Correct graph, incorrect threshold: The score was MEDIUM (not HIGH) so merge was not blocked, but the change still caused an incident. Fix: lower the block_merge threshold, or add the specific upstream service to an always_review list.

Each postmortem finding that results in a graph configuration change makes the pre-merge risk model more accurate for the next cycle. This is the feedback loop that turns incident investigation into incident prevention.

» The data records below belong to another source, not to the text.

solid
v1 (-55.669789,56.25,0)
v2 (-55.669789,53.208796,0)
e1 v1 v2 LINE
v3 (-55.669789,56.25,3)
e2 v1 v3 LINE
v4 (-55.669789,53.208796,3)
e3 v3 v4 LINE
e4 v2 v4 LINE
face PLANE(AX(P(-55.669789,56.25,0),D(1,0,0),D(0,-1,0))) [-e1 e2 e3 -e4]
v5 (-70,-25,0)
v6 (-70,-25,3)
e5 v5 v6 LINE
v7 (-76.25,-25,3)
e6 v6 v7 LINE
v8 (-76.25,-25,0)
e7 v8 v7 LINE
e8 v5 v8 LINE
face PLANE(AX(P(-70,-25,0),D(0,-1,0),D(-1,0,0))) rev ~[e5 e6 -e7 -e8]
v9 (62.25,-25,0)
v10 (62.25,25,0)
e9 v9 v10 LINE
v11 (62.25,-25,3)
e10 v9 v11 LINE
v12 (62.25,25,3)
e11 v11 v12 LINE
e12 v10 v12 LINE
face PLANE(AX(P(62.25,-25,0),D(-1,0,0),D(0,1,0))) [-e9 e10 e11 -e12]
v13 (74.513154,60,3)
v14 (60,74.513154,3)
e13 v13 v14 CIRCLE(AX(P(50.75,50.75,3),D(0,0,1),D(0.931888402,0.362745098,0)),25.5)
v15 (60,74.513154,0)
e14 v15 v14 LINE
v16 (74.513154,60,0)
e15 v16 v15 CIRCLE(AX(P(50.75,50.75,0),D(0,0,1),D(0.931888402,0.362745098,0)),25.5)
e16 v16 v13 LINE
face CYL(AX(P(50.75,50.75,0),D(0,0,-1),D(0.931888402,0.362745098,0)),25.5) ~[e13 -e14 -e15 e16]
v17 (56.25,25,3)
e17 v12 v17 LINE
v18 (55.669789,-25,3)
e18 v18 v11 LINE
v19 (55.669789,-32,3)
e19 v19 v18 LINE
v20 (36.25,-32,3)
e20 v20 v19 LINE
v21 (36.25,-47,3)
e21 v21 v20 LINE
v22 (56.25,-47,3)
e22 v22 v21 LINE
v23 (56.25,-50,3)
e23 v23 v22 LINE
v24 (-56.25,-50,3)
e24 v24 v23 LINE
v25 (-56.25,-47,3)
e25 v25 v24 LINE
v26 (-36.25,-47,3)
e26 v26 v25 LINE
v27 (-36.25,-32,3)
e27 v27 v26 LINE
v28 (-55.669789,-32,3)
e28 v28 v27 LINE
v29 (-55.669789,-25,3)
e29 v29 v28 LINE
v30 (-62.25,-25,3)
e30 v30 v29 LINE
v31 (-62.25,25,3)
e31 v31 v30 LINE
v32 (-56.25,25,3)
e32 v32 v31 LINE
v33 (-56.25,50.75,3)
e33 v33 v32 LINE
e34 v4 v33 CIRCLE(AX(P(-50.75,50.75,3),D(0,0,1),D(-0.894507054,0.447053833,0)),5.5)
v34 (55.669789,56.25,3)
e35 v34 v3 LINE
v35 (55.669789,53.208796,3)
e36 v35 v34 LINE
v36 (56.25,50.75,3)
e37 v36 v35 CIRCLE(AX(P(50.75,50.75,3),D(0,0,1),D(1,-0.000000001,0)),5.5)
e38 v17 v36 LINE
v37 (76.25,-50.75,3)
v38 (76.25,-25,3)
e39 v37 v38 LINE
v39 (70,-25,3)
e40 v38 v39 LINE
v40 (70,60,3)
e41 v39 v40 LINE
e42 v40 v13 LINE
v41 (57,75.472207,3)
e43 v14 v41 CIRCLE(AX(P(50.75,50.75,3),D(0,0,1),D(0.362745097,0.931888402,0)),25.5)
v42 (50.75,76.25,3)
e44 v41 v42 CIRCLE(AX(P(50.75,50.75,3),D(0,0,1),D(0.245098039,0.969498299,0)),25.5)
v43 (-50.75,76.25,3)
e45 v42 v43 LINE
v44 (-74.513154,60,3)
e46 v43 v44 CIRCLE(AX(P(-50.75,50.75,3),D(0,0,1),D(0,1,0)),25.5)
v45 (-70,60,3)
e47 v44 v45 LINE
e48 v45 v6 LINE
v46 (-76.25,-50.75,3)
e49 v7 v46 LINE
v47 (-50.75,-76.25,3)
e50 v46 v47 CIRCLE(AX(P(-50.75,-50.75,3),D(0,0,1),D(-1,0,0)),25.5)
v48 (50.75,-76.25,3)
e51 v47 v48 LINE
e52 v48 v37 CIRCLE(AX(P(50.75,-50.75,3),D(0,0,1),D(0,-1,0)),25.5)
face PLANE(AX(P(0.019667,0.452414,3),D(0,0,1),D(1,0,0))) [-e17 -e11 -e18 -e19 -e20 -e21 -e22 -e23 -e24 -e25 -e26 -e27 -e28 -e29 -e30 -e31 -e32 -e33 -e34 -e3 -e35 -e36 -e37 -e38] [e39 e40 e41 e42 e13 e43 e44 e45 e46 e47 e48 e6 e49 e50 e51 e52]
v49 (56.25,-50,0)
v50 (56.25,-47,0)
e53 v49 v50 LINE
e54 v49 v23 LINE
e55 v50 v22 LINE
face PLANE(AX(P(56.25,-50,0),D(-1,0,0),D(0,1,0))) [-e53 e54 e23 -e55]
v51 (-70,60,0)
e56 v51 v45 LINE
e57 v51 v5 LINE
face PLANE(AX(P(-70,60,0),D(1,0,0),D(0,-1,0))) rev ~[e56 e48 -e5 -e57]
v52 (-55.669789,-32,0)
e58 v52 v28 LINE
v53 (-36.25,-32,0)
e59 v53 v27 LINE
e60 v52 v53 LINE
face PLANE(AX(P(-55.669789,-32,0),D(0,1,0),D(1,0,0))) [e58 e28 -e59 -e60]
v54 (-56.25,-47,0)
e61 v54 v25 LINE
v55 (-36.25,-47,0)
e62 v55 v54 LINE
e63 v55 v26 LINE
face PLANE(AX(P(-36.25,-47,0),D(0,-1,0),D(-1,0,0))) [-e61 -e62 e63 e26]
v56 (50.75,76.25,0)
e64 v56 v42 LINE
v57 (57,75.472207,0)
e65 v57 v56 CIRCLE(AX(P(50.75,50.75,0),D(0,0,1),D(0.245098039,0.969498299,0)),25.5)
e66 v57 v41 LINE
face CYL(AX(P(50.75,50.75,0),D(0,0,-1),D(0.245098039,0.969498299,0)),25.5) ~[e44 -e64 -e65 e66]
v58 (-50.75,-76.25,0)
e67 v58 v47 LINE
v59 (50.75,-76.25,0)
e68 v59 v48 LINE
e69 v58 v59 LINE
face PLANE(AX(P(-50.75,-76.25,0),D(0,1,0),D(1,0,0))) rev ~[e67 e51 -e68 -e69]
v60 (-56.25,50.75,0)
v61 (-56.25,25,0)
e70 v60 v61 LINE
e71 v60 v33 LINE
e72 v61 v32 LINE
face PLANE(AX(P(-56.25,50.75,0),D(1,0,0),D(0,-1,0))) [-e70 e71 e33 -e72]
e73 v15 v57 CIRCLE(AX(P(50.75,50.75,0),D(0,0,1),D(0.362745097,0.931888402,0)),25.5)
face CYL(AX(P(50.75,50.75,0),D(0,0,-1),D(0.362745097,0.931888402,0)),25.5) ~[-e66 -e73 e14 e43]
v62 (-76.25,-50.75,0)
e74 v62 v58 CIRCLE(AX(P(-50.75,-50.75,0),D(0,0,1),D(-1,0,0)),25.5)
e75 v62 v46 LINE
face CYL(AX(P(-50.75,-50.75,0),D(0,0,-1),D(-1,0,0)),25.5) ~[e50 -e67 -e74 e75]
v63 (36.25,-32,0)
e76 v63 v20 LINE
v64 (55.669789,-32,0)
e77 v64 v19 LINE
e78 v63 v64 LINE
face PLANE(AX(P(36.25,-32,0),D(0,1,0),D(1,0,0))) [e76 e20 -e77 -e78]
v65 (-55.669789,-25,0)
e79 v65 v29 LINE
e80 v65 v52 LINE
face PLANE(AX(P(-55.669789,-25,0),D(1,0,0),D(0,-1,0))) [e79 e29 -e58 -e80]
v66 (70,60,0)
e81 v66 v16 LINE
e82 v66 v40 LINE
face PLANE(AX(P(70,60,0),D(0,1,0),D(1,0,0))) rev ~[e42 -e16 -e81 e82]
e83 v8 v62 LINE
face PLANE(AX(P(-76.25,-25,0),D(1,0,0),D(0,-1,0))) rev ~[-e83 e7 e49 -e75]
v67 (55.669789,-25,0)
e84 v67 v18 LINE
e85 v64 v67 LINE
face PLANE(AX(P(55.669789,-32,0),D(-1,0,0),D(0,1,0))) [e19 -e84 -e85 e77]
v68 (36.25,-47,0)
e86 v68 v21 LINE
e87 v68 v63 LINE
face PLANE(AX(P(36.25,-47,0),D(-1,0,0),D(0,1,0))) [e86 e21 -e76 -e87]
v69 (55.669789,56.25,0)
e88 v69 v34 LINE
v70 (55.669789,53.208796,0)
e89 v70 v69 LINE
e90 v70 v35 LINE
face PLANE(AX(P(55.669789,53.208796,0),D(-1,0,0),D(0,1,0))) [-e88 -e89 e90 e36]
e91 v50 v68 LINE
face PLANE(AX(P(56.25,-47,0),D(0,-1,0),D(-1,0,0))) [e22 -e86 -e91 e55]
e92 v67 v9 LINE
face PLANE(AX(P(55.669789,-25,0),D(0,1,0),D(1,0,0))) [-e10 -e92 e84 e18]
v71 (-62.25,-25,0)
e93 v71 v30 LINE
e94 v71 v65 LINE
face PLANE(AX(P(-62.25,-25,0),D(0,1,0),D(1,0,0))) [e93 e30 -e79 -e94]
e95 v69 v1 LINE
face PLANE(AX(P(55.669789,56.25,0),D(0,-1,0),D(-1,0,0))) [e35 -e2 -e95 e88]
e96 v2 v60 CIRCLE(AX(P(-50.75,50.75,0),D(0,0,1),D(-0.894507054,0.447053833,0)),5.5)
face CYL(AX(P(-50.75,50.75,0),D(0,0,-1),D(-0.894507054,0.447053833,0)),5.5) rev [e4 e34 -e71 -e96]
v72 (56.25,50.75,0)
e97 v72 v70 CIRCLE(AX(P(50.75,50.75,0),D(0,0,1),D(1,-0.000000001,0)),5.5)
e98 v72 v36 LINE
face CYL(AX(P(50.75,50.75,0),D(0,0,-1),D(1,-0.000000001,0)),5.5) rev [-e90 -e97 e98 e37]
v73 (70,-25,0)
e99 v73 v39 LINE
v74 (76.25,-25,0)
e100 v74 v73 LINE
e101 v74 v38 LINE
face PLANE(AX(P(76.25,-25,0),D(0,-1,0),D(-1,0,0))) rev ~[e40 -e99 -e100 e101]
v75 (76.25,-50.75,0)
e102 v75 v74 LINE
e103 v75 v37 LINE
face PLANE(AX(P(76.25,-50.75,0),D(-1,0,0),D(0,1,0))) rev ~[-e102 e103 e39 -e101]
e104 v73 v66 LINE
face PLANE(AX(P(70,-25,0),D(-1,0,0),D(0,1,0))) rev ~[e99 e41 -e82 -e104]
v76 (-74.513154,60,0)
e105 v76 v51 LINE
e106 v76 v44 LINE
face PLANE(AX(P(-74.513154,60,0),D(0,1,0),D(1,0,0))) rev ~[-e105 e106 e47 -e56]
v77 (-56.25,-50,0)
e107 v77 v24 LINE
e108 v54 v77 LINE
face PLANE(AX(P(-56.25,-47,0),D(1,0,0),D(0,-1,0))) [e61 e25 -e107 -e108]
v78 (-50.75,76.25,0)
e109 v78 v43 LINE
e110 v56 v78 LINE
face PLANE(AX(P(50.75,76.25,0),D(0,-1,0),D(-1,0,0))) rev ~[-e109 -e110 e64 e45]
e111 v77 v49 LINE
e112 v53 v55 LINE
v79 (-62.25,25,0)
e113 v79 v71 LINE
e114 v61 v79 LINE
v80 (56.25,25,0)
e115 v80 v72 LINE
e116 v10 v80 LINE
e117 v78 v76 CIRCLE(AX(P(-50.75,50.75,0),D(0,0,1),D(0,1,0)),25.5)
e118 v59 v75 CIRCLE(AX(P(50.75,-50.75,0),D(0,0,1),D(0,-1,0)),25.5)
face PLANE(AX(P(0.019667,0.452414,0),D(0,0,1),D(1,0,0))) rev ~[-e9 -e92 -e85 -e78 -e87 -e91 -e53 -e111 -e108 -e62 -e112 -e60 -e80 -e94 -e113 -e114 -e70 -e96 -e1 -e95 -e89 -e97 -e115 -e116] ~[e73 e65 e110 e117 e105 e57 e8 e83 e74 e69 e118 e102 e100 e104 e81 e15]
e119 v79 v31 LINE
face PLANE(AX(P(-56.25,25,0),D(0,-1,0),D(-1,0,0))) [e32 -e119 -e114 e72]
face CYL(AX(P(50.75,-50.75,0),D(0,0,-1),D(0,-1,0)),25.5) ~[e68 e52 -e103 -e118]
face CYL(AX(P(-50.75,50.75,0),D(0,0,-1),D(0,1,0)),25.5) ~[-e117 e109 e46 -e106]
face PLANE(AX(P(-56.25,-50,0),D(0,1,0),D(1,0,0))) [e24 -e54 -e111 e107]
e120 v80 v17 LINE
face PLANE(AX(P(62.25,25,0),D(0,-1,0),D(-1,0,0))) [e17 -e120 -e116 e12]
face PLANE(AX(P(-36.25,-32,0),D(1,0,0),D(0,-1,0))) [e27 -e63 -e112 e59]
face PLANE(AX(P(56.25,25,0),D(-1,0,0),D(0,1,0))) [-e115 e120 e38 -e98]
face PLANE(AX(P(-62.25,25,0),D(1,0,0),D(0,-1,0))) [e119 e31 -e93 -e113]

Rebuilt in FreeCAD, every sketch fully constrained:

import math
import FreeCAD as App
import Part
import Sketcher
from FreeCAD import Vector

doc = App.newDocument("Part")
params = doc.addObject("Spreadsheet::Sheet", "Params")
for row, (alias, value) in enumerate([
    ("sketch1_radius", "25.5 mm"),
    ("sketch1_radius2", "5.5 mm"),
    ("sketch1_width", "20 mm"),
    ("sketch1_width2", "6 mm"),
    ("sketch1_height", "85 mm"),
    ("pad1_length", "3 mm"),
], start=1):
    params.set(f"A{row}", alias)
    params.set(f"B{row}", "=" + value)
    params.setAlias(f"B{row}", alias)

body = doc.addObject("PartDesign::Body", "Body")

# Sketch on XY plane
sketch1 = doc.addObject("Sketcher::SketchObject", "Sketch")
body.addObject(sketch1)
sketch1.AttachmentSupport = (doc.XY_Plane, [""])
sketch1.MapMode = "FlatFace"
sketch1.addGeometry([
    Part.LineSegment(Vector(76.2, -25, 0), Vector(70, -25, 0)),  # 0
    Part.LineSegment(Vector(70, -25, 0), Vector(70, 60, 0)),  # 1
    Part.LineSegment(Vector(70, 60, 0), Vector(74.5, 60, 0)),  # 2
    Part.ArcOfCircle(Part.Circle(Vector(50.7, 50.7, 0), Vector(0, 0, 1), 25.5), math.radians(21), math.radians(69)),  # 3
    Part.ArcOfCircle(Part.Circle(Vector(50.7, 50.7, 0), Vector(0, 0, 1), 25.5), math.radians(68.73), math.radians(75.81)),  # 4
    Part.ArcOfCircle(Part.Circle(Vector(50.7, 50.7, 0), Vector(0, 0, 1), 25.5), math.radians(75.81), math.radians(90)),  # 5
    Part.LineSegment(Vector(50.8, 76.2, 0), Vector(-50.8, 76.2, 0)),  # 6
    Part.ArcOfCircle(Part.Circle(Vector(-50.8, 50.7, 0), Vector(0, 0, 1), 25.5), math.radians(90), math.radians(159)),  # 7
    Part.LineSegment(Vector(-74.5, 60, 0), Vector(-70, 60, 0)),  # 8
    Part.LineSegment(Vector(-70, 60, 0), Vector(-70, -25, 0)),  # 9
    Part.LineSegment(Vector(-70, -25, 0), Vector(-76.2, -25, 0)),  # 10
    Part.LineSegment(Vector(-76.2, -25, 0), Vector(-76.2, -50.8, 0)),  # 11
    Part.ArcOfCircle(Part.Circle(Vector(-50.7, -50.7, 0), Vector(0, 0, 1), 25.5), math.radians(-180), math.radians(-90)),  # 12
    Part.LineSegment(Vector(-50.8, -76.2, 0), Vector(50.8, -76.2, 0)),  # 13
    Part.ArcOfCircle(Part.Circle(Vector(50.7, -50.7, 0), Vector(0, 0, 1), 25.5), math.radians(-90), math.radians(0)),  # 14
    Part.LineSegment(Vector(76.2, -50.8, 0), Vector(76.2, -25, 0)),  # 15
    Part.LineSegment(Vector(56.2, -47, 0), Vector(56.2, -50, 0)),  # 16
    Part.LineSegment(Vector(56.2, -50, 0), Vector(-56.2, -50, 0)),  # 17
    Part.LineSegment(Vector(-56.2, -50, 0), Vector(-56.2, -47, 0)),  # 18
    Part.LineSegment(Vector(-56.2, -47, 0), Vector(-36.2, -47, 0)),  # 19
    Part.LineSegment(Vector(-36.2, -47, 0), Vector(-36.2, -32, 0)),  # 20
    Part.LineSegment(Vector(-36.2, -32, 0), Vector(-55.7, -32, 0)),  # 21
    Part.LineSegment(Vector(-55.7, -32, 0), Vector(-55.7, -25, 0)),  # 22
    Part.LineSegment(Vector(-55.7, -25, 0), Vector(-62.2, -25, 0)),  # 23
    Part.LineSegment(Vector(-62.2, -25, 0), Vector(-62.2, 25, 0)),  # 24
    Part.LineSegment(Vector(-62.2, 25, 0), Vector(-56.2, 25, 0)),  # 25
    Part.LineSegment(Vector(-56.2, 25, 0), Vector(-56.2, 50.8, 0)),  # 26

Structuring the graph section in a postmortem

Adding dependency graph analysis to your postmortem template makes the findings actionable and consistent across incidents. The postmortem section for dependency analysis should answer five questions:

What was the originating change? Which service, which PR, which merge time.
What was the pre-merge risk score? Was it LOW, MEDIUM, or HIGH? Was it overridden or gated?
What was the predicted blast radius? Which services were in the impact set at merge time?
What was the actual blast radius? Which services actually degraded during the incident?
Did the graph accurately predict the propagation? Were the actually-affected services in the predicted blast radius? Or were there affected services that weren't in the graph's impact set?

Questions 4 and 5 are the ones that matter most for graph improvement. If the actual blast radius was a strict subset of the predicted blast radius — some of the predicted services didn't actually degrade — that's fine; blast radius is a conservative estimate. If the actual blast radius included services that weren't in the predicted set, that's a graph gap that needs investigation.

Reconstructing the cascade path

After a cascade incident, reconstructing the exact propagation path through the dependency graph is useful for both the immediate postmortem and longer-term architectural work. The reconstruction process:

Start with the service that first exhibited degraded behavior. Look at the graph's incoming edges for that service — which services call it? Of those, which were also degraded? The subset of degraded callers are the next layer of the cascade. Follow incoming edges from each of them, filtering for degraded services, until you reach a service with no degraded callers. That service is the cascade origin.

In a graph of 40 services, this traversal takes 5–10 minutes with a live graph query. Without a graph, it takes as long as it takes to manually trace call paths through logs across multiple services — often 45–90 minutes of the incident's first response window, which is time not spent on recovery actions.

Consider a scenario: an early-stage platform team had a cascade incident that took 2 hours and 47 minutes to fully resolve, with the root cause identified 1 hour and 55 minutes into the incident. After implementing dependency graph analysis, their next comparable cascade was resolved in 48 minutes, with root cause identified in 12 minutes. The difference was not superior engineering judgment — it was having the graph available to bound the hypothesis space immediately.

Designing recurrence prevention from graph findings

The most durable outcome of a graph-informed postmortem is not a process change but an architectural recommendation. If the graph reveals that one service has an inbound edge count of 15 — meaning 15 other services call it and any degradation in it cascades to all 15 — that concentration is an architectural risk that persists across all future changes. The postmortem's action item should include an architectural review of whether that concentration is necessary or whether some of those dependencies can be decoupled.

We're not saying decoupling is always the right answer — sometimes a high-fan-in service is high-fan-in because it genuinely needs to be. We're saying the graph makes the concentration visible, and a visible concentration is a debated risk rather than an invisible one. Teams that act on graph topology findings in postmortems are addressing incidents at the architectural level rather than treating each incident as an isolated event.